WHAT TO PRODUCE: Return only the lines running from the top of the entries to the line with "f 196 140 142", inclusive, exactly as written.

ENTRIES SHOWN below:

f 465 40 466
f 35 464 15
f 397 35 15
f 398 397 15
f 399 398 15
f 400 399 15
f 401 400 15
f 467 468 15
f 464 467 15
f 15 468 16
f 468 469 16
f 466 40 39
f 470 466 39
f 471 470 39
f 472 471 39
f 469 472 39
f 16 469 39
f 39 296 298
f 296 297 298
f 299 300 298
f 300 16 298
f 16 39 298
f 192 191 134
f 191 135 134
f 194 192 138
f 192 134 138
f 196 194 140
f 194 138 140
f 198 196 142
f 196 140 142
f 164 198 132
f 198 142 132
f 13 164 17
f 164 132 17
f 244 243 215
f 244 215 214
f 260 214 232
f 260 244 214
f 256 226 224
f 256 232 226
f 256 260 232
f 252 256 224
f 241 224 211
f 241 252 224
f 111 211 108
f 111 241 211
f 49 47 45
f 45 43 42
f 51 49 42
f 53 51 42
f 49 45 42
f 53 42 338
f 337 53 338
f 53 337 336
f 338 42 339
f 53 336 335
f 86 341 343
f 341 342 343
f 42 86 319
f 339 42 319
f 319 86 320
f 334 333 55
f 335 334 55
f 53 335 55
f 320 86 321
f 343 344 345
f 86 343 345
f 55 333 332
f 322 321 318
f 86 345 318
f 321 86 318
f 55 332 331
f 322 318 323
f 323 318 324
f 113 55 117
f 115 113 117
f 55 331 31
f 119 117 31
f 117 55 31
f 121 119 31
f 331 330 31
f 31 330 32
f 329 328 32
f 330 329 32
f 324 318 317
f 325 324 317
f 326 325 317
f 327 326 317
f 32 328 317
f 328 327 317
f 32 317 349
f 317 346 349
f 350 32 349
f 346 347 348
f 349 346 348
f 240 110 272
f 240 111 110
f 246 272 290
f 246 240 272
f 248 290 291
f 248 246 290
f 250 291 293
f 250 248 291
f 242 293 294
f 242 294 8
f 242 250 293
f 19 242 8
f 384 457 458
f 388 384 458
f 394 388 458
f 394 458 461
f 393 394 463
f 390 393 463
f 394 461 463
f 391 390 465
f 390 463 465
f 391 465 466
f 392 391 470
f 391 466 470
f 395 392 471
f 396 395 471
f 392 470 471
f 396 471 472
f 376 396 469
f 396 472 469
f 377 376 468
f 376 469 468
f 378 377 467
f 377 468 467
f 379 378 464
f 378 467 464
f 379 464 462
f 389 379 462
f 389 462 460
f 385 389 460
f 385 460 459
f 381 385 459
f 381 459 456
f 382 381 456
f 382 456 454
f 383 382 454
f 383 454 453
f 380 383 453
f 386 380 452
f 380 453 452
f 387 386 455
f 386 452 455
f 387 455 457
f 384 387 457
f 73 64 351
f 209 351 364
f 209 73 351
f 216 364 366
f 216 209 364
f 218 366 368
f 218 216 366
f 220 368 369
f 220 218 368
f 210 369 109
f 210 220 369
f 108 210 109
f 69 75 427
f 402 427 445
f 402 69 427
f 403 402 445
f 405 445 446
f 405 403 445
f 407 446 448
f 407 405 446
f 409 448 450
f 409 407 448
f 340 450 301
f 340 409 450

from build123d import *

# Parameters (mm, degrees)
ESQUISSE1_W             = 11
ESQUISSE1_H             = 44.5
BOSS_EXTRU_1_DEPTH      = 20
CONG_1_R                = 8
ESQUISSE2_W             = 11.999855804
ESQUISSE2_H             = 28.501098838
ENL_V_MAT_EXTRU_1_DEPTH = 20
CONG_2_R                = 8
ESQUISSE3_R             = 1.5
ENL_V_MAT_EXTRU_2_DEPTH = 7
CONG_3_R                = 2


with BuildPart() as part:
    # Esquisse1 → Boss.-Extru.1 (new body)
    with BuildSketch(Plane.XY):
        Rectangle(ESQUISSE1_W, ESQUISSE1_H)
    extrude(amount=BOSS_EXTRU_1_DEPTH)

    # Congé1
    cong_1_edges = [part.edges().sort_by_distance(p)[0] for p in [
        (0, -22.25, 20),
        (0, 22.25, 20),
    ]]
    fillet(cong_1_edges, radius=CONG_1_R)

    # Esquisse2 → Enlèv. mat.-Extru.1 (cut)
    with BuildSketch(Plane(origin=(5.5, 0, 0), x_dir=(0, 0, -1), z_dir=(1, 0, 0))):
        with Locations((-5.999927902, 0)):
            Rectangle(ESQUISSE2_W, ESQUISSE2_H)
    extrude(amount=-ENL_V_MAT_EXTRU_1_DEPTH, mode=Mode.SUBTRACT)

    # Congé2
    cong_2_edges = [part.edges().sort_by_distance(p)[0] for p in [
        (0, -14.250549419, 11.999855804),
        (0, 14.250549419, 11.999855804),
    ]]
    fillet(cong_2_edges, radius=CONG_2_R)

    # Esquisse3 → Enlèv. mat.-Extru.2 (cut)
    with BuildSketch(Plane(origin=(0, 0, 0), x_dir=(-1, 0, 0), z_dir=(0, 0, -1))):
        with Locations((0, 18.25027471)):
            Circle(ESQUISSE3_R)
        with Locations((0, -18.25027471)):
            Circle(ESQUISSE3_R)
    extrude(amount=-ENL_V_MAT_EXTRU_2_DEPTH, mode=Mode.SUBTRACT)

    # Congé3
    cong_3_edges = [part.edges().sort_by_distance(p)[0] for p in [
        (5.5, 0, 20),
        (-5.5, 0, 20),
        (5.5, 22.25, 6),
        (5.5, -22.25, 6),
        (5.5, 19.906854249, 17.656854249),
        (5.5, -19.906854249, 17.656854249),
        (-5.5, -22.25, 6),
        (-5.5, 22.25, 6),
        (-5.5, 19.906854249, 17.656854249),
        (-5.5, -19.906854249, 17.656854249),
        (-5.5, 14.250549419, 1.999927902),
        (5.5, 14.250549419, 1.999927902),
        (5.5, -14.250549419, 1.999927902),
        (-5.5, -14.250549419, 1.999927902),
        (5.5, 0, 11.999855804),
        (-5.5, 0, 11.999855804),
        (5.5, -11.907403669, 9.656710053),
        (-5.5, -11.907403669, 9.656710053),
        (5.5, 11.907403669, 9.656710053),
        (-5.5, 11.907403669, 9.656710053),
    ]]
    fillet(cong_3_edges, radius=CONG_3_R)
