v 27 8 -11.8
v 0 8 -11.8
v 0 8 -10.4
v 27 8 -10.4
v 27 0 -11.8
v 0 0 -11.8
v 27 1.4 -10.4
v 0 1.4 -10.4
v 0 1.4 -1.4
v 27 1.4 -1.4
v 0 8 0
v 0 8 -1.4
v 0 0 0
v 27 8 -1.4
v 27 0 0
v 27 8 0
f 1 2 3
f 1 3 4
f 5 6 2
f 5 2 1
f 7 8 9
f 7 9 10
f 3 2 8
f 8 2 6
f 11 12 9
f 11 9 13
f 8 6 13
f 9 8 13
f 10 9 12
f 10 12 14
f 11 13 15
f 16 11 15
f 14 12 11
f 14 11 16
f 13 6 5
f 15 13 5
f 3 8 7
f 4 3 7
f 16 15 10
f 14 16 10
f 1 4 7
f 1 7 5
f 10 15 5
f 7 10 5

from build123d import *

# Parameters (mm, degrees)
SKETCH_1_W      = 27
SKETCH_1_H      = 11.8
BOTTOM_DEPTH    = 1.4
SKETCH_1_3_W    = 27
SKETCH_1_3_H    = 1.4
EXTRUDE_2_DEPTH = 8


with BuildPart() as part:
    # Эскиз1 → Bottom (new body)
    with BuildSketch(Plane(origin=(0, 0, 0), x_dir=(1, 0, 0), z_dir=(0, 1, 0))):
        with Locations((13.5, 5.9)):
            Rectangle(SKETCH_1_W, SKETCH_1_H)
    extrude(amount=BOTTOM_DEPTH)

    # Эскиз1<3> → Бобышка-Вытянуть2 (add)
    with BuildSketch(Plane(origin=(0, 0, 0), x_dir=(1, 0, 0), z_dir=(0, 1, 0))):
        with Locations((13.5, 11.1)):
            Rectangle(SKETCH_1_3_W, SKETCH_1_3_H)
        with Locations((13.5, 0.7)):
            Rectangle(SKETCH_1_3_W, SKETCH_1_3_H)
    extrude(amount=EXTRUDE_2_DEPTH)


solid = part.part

End of ENTRIES SHOWN.

RESPONSE TO THIS TASK:
f 465 40 466
f 35 464 15
f 397 35 15
f 398 397 15
f 399 398 15
f 400 399 15
f 401 400 15
f 467 468 15
f 464 467 15
f 15 468 16
f 468 469 16
f 466 40 39
f 470 466 39
f 471 470 39
f 472 471 39
f 469 472 39
f 16 469 39
f 39 296 298
f 296 297 298
f 299 300 298
f 300 16 298
f 16 39 298
f 192 191 134
f 191 135 134
f 194 192 138
f 192 134 138
f 196 194 140
f 194 138 140
f 198 196 142
f 196 140 142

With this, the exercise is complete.